Take the lines below beginning at the line that has "v 70 -23 -1" and stopping after the line that has "f 4 105 133", and print them exactly as they are, with no other lines.

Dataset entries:
=== Begin Enclosure ===

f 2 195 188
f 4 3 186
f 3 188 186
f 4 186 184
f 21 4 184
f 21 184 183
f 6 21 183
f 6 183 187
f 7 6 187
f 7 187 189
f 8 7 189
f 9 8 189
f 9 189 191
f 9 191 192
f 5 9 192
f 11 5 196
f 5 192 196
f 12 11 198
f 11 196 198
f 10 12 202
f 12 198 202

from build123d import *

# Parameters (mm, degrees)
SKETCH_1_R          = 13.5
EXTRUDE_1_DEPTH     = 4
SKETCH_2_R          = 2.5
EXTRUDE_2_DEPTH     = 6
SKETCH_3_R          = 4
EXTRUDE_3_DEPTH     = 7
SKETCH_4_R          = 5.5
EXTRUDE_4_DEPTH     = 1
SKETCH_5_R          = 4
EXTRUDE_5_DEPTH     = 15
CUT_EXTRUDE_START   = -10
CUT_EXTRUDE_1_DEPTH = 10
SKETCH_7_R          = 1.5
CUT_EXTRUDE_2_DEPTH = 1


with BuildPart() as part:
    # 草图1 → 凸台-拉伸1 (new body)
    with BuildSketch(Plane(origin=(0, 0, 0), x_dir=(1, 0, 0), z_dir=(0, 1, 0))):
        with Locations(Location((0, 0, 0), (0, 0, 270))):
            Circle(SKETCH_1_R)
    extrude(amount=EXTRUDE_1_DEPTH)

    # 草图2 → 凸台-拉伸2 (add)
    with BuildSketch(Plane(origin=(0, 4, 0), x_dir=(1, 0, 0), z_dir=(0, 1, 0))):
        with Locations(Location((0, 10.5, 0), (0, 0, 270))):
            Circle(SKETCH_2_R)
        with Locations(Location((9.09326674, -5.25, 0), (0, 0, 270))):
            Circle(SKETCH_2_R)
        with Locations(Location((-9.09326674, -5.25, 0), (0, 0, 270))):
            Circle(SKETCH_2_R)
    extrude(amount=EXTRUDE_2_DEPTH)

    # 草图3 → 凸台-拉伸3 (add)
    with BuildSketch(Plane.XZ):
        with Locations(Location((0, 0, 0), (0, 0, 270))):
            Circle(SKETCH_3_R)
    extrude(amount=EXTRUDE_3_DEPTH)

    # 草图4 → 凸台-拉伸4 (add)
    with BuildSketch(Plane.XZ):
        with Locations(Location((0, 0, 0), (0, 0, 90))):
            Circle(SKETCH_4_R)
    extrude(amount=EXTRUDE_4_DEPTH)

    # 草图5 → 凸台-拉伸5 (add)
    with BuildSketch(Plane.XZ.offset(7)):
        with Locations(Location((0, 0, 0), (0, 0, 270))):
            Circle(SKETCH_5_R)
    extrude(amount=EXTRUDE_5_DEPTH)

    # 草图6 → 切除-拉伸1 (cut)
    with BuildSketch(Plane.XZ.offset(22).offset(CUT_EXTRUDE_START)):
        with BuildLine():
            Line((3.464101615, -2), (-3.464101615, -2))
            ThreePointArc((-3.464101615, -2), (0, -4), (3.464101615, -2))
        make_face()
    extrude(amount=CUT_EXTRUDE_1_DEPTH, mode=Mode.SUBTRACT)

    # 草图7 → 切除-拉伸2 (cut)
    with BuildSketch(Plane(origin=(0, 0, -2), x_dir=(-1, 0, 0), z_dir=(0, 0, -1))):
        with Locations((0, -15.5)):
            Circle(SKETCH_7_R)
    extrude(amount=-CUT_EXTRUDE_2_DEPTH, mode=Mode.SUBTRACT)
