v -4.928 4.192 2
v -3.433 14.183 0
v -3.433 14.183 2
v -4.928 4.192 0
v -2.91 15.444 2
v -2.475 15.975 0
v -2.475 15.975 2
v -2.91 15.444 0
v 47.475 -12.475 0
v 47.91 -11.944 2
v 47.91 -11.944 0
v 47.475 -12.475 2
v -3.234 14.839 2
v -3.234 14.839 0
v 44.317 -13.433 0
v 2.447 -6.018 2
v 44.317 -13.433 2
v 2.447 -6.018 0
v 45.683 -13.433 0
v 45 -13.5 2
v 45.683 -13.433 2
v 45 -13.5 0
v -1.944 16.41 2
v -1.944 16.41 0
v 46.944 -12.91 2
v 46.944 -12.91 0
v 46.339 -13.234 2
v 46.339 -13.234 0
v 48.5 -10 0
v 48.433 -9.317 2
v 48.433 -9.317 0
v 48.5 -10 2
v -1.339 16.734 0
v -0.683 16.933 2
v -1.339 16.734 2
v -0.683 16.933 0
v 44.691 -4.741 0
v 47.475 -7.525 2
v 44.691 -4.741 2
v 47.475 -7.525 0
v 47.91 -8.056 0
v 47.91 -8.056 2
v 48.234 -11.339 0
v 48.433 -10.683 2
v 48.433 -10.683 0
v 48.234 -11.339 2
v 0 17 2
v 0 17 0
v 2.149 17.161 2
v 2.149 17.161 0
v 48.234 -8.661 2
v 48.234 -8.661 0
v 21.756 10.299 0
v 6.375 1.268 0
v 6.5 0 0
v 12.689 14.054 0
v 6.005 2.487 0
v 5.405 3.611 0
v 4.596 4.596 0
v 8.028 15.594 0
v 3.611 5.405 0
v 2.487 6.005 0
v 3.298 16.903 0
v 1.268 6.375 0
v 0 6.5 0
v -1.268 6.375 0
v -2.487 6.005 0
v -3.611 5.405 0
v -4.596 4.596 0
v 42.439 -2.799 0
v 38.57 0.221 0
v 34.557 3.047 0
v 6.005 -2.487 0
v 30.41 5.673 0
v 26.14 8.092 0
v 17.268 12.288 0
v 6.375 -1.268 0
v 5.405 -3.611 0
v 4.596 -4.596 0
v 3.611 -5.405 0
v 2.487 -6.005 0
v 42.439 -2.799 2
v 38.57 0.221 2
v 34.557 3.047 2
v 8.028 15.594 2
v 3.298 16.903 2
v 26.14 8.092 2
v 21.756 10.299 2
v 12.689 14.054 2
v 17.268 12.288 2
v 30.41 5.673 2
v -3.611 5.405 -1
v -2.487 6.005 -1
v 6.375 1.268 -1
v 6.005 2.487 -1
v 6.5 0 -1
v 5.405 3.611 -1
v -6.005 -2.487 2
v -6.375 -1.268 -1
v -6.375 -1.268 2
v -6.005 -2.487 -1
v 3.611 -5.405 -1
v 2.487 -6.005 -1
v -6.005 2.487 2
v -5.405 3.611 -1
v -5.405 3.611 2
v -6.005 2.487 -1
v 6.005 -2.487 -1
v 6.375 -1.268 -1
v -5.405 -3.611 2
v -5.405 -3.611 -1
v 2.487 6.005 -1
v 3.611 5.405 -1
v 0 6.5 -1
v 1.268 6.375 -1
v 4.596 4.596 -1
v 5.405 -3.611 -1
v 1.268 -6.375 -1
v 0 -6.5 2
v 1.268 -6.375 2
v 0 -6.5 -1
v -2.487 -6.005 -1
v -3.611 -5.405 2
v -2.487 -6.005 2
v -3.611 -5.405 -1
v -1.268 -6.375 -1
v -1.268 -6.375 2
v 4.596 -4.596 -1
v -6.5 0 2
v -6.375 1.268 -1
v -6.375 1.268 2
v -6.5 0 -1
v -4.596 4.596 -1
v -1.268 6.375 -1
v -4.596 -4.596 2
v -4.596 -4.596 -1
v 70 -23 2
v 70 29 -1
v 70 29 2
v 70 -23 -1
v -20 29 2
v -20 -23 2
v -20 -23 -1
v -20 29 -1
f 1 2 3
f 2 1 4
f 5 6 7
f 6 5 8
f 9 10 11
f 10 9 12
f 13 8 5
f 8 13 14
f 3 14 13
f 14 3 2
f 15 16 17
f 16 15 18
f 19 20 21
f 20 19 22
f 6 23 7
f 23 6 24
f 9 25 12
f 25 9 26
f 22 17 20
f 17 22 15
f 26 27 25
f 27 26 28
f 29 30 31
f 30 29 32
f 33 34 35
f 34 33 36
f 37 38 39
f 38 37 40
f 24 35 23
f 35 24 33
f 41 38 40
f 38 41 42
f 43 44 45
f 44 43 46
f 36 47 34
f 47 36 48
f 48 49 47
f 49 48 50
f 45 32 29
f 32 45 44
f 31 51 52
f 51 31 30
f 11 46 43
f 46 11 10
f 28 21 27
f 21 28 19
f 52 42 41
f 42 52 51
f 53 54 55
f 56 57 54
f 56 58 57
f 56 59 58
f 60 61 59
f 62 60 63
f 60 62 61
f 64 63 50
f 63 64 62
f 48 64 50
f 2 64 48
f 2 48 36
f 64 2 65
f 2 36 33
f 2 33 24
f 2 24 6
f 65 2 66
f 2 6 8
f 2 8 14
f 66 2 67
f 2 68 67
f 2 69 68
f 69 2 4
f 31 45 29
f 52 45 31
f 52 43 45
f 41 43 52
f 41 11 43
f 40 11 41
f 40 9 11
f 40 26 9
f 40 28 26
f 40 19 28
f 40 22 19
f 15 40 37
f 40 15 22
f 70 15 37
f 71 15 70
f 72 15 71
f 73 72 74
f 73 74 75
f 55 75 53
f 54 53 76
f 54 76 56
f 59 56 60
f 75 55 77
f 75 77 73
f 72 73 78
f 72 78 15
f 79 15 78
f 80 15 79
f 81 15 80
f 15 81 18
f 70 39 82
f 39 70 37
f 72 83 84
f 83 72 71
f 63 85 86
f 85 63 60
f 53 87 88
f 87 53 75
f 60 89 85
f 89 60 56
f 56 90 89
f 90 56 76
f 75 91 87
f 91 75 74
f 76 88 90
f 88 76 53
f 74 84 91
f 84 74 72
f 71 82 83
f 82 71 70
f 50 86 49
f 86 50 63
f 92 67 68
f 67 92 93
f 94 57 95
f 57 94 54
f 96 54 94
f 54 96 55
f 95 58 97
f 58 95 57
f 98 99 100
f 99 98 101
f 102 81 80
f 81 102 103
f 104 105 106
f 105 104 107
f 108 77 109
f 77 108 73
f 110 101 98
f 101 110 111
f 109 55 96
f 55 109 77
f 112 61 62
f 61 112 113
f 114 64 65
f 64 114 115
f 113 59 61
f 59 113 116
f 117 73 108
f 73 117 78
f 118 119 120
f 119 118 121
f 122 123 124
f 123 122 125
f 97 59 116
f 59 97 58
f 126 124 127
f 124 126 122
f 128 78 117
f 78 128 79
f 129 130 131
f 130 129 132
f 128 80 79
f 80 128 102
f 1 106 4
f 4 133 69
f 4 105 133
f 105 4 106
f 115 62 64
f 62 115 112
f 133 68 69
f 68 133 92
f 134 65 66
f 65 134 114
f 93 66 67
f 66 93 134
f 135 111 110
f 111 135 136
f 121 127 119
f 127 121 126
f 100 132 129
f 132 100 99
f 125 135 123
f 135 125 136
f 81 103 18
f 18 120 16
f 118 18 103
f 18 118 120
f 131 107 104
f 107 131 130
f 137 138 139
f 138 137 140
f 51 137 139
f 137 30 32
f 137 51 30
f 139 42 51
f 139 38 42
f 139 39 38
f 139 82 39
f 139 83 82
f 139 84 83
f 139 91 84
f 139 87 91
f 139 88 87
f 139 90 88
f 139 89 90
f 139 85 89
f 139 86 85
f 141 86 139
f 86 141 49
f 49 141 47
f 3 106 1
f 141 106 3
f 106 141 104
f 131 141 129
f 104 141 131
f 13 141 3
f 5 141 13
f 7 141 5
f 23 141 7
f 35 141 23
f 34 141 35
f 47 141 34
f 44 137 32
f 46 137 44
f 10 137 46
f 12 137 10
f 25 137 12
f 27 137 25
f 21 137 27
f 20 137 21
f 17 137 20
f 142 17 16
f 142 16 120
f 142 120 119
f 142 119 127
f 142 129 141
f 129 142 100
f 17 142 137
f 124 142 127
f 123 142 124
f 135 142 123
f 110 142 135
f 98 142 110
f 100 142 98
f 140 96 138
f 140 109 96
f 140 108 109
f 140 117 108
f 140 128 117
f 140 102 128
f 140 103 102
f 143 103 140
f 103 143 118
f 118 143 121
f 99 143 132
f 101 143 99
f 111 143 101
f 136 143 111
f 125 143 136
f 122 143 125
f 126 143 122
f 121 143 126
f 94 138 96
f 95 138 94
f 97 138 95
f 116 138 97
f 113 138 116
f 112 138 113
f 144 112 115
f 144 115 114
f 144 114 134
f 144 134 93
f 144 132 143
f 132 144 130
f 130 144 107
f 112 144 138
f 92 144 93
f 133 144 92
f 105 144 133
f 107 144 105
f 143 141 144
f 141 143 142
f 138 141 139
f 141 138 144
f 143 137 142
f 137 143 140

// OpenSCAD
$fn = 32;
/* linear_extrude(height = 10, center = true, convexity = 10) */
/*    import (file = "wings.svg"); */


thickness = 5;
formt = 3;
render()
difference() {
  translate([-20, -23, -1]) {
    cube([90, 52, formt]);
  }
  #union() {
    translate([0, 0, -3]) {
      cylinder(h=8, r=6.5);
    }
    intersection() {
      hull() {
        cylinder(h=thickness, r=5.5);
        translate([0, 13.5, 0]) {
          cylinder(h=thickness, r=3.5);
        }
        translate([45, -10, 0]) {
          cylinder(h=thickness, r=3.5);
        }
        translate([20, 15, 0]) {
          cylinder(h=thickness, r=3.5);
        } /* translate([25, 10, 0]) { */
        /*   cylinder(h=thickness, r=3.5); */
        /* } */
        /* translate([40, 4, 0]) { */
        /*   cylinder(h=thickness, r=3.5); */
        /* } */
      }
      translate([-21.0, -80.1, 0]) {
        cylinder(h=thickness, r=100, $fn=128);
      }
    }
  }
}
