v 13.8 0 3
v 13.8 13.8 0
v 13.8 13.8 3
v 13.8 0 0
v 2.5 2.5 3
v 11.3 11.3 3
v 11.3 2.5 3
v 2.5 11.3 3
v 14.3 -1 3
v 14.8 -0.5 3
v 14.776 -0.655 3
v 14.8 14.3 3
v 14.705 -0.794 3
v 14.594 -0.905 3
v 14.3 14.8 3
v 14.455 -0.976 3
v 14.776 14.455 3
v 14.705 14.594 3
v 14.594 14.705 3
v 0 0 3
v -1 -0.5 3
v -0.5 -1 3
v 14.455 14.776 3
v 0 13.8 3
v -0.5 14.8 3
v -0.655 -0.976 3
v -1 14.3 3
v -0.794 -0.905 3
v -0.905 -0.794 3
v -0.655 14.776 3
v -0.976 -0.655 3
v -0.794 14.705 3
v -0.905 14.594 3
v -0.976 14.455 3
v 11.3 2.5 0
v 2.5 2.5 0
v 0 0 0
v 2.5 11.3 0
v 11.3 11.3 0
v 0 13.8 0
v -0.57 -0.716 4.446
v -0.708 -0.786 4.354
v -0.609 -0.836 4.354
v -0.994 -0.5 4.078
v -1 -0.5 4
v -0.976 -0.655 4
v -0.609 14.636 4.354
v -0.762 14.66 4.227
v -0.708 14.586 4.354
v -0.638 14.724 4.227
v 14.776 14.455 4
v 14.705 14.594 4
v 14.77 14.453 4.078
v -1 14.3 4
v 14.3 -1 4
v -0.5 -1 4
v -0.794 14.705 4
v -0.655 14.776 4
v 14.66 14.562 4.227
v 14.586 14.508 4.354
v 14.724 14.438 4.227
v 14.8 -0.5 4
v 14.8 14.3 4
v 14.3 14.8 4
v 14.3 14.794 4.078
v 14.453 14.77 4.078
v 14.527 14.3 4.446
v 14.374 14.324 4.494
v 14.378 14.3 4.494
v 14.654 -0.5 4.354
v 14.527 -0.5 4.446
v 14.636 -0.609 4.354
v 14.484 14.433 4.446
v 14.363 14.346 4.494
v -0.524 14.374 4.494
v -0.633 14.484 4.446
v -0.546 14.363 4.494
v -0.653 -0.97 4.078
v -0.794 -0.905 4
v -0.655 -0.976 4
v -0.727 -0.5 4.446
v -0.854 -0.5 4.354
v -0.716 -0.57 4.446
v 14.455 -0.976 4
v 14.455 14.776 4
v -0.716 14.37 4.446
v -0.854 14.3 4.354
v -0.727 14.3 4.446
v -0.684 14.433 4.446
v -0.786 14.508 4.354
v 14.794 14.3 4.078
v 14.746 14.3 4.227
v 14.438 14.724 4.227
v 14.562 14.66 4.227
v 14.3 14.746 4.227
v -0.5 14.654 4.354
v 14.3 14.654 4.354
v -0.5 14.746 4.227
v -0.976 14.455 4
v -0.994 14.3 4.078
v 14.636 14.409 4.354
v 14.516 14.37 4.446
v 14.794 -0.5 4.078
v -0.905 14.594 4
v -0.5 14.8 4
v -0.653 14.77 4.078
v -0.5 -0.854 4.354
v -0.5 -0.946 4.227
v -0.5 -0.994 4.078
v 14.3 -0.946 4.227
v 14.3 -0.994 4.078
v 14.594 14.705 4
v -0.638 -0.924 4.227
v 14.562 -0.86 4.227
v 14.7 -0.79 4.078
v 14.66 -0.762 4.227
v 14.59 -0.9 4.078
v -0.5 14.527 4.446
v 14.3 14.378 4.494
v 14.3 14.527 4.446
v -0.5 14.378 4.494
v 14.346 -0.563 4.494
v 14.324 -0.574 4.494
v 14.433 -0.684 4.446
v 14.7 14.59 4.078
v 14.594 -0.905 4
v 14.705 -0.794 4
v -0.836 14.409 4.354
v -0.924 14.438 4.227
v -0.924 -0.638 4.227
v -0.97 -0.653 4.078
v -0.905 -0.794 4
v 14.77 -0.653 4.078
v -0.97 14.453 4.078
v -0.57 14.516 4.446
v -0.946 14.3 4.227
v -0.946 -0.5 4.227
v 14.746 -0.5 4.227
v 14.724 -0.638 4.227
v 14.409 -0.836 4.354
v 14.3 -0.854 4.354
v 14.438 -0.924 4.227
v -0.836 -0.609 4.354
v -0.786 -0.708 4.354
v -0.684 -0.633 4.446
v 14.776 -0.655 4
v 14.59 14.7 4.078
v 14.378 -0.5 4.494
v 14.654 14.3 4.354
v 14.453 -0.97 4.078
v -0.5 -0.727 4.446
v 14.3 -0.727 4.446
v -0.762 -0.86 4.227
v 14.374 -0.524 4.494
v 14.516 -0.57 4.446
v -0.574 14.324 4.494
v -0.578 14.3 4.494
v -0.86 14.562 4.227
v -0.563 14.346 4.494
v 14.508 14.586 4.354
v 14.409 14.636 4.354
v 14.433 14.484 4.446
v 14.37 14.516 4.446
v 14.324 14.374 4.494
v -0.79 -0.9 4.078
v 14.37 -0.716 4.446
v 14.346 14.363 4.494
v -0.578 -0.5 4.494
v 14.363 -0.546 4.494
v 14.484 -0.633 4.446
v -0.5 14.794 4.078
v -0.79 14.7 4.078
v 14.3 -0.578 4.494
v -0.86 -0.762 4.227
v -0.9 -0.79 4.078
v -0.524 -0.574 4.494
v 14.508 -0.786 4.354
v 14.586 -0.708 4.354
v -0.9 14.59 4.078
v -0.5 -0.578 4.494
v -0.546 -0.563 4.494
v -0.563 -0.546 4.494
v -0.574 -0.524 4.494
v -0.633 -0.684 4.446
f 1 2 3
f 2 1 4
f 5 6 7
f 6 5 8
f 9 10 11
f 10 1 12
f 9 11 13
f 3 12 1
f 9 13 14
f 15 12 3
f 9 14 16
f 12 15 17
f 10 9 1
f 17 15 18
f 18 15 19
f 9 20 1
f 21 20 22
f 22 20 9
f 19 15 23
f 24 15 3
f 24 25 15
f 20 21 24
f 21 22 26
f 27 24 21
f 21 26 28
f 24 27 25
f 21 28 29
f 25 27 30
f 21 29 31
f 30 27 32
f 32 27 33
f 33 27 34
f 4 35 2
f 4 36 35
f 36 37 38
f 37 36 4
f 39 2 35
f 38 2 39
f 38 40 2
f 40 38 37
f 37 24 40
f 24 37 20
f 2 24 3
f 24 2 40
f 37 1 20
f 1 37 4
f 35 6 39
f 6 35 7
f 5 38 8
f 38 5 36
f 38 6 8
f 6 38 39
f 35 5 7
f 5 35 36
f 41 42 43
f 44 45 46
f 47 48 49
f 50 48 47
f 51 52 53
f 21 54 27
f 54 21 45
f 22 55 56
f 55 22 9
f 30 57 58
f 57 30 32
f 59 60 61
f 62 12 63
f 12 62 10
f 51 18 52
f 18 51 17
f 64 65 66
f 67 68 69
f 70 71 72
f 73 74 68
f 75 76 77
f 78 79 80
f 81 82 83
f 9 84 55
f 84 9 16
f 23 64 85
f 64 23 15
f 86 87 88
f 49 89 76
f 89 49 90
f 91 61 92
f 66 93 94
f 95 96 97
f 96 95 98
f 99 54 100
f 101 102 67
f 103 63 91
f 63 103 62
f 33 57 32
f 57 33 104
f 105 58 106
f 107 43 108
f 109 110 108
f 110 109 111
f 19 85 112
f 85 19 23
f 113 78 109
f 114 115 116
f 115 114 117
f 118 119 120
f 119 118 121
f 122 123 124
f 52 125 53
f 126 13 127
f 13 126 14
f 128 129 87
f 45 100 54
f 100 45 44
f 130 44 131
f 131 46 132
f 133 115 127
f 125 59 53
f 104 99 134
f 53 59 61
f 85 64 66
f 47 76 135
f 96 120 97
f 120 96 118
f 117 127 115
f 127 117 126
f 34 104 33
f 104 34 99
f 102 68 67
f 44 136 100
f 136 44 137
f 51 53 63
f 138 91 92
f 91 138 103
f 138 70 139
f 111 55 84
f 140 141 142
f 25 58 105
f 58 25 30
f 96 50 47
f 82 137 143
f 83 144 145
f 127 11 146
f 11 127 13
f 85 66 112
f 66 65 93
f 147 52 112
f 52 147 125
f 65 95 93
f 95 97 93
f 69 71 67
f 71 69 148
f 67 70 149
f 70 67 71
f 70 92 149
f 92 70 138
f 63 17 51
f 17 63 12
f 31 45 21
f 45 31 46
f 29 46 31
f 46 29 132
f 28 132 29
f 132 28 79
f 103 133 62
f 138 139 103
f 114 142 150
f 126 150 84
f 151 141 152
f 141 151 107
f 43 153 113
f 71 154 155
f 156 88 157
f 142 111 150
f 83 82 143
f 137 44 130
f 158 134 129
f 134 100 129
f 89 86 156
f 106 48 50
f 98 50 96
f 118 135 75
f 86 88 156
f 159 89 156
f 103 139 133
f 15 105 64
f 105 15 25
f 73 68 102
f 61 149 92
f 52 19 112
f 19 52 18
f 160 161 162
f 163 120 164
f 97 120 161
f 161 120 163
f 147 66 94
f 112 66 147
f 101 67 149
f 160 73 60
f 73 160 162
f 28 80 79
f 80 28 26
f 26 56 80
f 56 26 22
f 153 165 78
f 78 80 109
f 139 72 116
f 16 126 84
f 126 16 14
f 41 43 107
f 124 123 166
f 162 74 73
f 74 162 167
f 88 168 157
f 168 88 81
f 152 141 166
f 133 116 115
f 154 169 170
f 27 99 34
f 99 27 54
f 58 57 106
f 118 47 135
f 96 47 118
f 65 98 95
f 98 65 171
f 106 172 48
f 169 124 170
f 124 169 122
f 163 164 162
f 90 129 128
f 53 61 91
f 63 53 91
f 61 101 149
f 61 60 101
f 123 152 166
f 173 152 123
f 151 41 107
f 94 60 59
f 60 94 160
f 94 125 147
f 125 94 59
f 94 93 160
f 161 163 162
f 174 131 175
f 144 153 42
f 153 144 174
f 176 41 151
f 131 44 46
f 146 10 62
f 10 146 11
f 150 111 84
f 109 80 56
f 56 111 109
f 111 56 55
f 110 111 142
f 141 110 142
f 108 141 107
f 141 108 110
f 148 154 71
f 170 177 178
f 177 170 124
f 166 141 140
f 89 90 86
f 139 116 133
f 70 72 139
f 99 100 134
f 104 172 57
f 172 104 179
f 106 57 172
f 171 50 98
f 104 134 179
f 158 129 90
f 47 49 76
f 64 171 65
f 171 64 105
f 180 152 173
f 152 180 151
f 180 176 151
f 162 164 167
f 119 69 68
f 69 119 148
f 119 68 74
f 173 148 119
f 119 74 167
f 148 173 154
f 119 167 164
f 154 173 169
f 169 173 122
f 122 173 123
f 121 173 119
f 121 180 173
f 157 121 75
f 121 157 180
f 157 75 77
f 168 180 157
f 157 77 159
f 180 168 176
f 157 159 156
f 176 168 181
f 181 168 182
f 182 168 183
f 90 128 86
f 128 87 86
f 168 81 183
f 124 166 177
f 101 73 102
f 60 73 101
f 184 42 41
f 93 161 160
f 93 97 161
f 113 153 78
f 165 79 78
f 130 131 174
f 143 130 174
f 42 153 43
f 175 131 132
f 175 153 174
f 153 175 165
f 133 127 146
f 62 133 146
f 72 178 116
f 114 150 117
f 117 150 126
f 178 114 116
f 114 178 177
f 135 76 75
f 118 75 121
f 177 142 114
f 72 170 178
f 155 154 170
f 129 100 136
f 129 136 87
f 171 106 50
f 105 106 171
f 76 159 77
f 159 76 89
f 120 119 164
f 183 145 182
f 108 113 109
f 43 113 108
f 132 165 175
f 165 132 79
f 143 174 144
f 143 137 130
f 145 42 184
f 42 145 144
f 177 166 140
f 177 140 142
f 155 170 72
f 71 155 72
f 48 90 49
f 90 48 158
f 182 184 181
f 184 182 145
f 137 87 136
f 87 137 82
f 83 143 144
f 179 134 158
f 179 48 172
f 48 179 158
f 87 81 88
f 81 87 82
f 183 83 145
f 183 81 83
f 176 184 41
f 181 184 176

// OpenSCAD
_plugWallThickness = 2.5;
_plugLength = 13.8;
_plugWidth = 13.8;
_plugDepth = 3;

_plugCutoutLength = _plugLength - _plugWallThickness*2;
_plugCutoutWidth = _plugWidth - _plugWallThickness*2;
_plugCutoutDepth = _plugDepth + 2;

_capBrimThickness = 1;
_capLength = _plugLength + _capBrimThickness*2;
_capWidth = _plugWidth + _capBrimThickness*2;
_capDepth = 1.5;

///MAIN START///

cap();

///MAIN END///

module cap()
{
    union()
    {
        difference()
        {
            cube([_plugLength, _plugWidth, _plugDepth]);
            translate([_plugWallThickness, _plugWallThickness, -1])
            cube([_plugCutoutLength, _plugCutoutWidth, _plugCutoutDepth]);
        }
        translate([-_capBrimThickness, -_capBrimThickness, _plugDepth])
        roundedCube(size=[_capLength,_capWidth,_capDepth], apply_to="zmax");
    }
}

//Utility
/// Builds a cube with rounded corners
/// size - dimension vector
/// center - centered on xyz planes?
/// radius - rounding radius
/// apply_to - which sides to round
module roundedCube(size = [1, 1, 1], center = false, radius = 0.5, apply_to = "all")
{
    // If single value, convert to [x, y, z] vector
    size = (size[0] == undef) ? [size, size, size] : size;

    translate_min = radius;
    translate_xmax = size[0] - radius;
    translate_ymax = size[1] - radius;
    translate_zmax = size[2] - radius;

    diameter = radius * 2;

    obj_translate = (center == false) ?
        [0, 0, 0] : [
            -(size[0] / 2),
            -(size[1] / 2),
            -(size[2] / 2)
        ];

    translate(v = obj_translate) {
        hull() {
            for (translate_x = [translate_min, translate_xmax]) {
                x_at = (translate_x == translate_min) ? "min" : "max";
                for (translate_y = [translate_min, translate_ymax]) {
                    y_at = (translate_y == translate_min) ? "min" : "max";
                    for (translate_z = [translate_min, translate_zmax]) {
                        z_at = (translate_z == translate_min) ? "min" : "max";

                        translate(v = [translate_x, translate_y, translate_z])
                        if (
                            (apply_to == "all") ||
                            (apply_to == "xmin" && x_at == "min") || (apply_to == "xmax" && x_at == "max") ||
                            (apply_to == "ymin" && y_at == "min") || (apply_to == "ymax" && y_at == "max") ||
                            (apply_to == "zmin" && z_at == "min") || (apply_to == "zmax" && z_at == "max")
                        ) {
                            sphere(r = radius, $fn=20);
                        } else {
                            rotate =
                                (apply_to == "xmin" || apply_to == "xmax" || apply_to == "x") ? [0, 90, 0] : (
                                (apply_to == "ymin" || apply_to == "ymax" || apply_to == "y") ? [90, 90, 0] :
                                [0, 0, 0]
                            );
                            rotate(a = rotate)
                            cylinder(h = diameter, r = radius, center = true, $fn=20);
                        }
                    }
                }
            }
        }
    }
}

=== End Enclosure ===

YOUR SOLUTION:
v 70 -23 -1
v -20 29 2
v -20 -23 2
v -20 -23 -1
v -20 29 -1
f 1 2 3
f 2 1 4
f 5 6 7
f 6 5 8
f 9 10 11
f 10 9 12
f 13 8 5
f 8 13 14
f 3 14 13
f 14 3 2
f 15 16 17
f 16 15 18
f 19 20 21
f 20 19 22
f 6 23 7
f 23 6 24
f 9 25 12
f 25 9 26
f 22 17 20
f 17 22 15
f 26 27 25
f 27 26 28
f 29 30 31
f 30 29 32
f 33 34 35
f 34 33 36
f 37 38 39
f 38 37 40
f 24 35 23
f 35 24 33
f 41 38 40
f 38 41 42
f 43 44 45
f 44 43 46
f 36 47 34
f 47 36 48
f 48 49 47
f 49 48 50
f 45 32 29
f 32 45 44
f 31 51 52
f 51 31 30
f 11 46 43
f 46 11 10
f 28 21 27
f 21 28 19
f 52 42 41
f 42 52 51
f 53 54 55
f 56 57 54
f 56 58 57
f 56 59 58
f 60 61 59
f 62 60 63
f 60 62 61
f 64 63 50
f 63 64 62
f 48 64 50
f 2 64 48
f 2 48 36
f 64 2 65
f 2 36 33
f 2 33 24
f 2 24 6
f 65 2 66
f 2 6 8
f 2 8 14
f 66 2 67
f 2 68 67
f 2 69 68
f 69 2 4
f 31 45 29
f 52 45 31
f 52 43 45
f 41 43 52
f 41 11 43
f 40 11 41
f 40 9 11
f 40 26 9
f 40 28 26
f 40 19 28
f 40 22 19
f 15 40 37
f 40 15 22
f 70 15 37
f 71 15 70
f 72 15 71
f 73 72 74
f 73 74 75
f 55 75 53
f 54 53 76
f 54 76 56
f 59 56 60
f 75 55 77
f 75 77 73
f 72 73 78
f 72 78 15
f 79 15 78
f 80 15 79
f 81 15 80
f 15 81 18
f 70 39 82
f 39 70 37
f 72 83 84
f 83 72 71
f 63 85 86
f 85 63 60
f 53 87 88
f 87 53 75
f 60 89 85
f 89 60 56
f 56 90 89
f 90 56 76
f 75 91 87
f 91 75 74
f 76 88 90
f 88 76 53
f 74 84 91
f 84 74 72
f 71 82 83
f 82 71 70
f 50 86 49
f 86 50 63
f 92 67 68
f 67 92 93
f 94 57 95
f 57 94 54
f 96 54 94
f 54 96 55
f 95 58 97
f 58 95 57
f 98 99 100
f 99 98 101
f 102 81 80
f 81 102 103
f 104 105 106
f 105 104 107
f 108 77 109
f 77 108 73
f 110 101 98
f 101 110 111
f 109 55 96
f 55 109 77
f 112 61 62
f 61 112 113
f 114 64 65
f 64 114 115
f 113 59 61
f 59 113 116
f 117 73 108
f 73 117 78
f 118 119 120
f 119 118 121
f 122 123 124
f 123 122 125
f 97 59 116
f 59 97 58
f 126 124 127
f 124 126 122
f 128 78 117
f 78 128 79
f 129 130 131
f 130 129 132
f 128 80 79
f 80 128 102
f 1 106 4
f 4 133 69
f 4 105 133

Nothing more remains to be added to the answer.